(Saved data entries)
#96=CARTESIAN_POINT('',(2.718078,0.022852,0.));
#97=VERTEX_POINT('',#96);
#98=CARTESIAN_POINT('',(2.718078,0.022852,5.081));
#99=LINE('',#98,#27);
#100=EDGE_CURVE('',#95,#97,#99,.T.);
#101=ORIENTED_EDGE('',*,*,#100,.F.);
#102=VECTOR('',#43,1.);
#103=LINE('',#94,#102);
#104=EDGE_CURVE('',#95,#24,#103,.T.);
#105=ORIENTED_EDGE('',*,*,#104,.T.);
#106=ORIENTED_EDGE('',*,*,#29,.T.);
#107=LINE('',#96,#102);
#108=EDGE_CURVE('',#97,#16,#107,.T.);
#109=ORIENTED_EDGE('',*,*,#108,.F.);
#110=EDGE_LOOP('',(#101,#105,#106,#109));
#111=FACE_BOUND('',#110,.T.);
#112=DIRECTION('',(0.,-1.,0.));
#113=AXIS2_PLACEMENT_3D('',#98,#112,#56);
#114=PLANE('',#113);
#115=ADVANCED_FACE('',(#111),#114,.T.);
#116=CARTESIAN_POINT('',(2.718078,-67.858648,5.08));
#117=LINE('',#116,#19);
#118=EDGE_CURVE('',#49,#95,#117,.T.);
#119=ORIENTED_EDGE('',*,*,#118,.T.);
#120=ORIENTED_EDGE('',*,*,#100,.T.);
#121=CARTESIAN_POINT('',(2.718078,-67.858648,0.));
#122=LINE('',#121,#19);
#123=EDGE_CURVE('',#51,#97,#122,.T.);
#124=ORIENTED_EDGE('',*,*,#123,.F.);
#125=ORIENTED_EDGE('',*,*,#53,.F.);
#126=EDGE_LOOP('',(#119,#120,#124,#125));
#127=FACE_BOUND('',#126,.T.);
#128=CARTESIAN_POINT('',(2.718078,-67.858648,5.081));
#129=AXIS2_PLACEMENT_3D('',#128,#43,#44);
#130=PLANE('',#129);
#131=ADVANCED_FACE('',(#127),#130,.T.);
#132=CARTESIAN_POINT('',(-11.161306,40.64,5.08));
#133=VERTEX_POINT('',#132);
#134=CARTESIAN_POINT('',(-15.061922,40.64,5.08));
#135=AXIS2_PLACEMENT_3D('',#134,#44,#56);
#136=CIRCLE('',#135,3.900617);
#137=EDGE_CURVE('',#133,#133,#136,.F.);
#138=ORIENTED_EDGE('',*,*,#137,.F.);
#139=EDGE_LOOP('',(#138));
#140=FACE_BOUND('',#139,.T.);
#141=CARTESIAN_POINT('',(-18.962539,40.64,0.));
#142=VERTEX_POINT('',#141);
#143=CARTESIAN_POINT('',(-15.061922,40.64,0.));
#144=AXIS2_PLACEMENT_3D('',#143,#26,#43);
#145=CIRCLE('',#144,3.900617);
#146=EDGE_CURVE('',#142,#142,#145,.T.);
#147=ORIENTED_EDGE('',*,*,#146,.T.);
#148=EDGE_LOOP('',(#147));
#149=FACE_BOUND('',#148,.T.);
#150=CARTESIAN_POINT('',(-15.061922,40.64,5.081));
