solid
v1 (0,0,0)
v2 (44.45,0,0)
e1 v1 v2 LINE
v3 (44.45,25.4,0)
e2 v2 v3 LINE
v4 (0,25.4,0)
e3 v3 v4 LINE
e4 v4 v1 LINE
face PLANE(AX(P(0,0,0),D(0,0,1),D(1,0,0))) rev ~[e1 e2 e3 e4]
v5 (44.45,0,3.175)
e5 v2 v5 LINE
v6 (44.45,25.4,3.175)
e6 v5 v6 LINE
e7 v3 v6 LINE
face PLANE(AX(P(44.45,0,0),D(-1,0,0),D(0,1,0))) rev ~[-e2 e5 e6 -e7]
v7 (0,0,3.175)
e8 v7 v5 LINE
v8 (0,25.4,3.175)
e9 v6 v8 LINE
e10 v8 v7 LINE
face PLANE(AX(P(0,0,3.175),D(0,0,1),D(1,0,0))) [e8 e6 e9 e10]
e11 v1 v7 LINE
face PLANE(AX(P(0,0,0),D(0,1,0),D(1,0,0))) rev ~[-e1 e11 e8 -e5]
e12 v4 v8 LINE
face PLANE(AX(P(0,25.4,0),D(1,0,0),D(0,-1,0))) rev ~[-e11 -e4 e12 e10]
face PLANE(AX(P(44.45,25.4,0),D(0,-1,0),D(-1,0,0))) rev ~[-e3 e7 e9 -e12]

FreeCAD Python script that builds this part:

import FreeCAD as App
import Part
import Sketcher
Q = App.Units.Quantity

doc = App.newDocument("Part")
body = doc.addObject("PartDesign::Body", "Body")

# Sketch on XY plane
sketch1 = body.newObject("Sketcher::SketchObject", "Sketch")
sketch1.AttachmentSupport = (doc.getObject("XY_Plane"), [""])
sketch1.MapMode = "FlatFace"
sketch1.addGeometry([
    Part.LineSegment(App.Vector(0, 25.4, 0), App.Vector(0, 0, 0)),
    Part.LineSegment(App.Vector(0, 0, 0), App.Vector(44.45, 0, 0)),
    Part.LineSegment(App.Vector(44.45, 0, 0), App.Vector(44.45, 25.4, 0)),
    Part.LineSegment(App.Vector(44.45, 25.4, 0), App.Vector(0, 25.4, 0)),
], False)
sketch1.addConstraint([
    Sketcher.Constraint("Coincident", 0, 2, 1, 1),
    Sketcher.Constraint("Coincident", 1, 2, 2, 1),
    Sketcher.Constraint("Coincident", 2, 2, 3, 1),
    Sketcher.Constraint("Coincident", 3, 2, 0, 1),
    Sketcher.Constraint("Vertical", 0),
    Sketcher.Constraint("Horizontal", 1),
    Sketcher.Constraint("Vertical", 2),
    Sketcher.Constraint("Horizontal", 3),
    Sketcher.Constraint("Coincident", 0, 2, -1, 1),
    Sketcher.Constraint("DistanceY", 0, 2, 0, 1, Q("1 in")),
    Sketcher.Constraint("DistanceX", 1, 1, 1, 2, Q("1.75 in")),
])
pad1 = body.newObject("PartDesign::Pad", "Pad")
pad1.Profile = sketch1
pad1.Length = Q("0.125 in")

doc.recompute()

AIM OF THE EXERCISE
The answer must be every line of the records above that holds the word "CIRCLE".

ANSWER SECTION
#136=CIRCLE('',#135,3.900617);
#145=CIRCLE('',#144,3.900617);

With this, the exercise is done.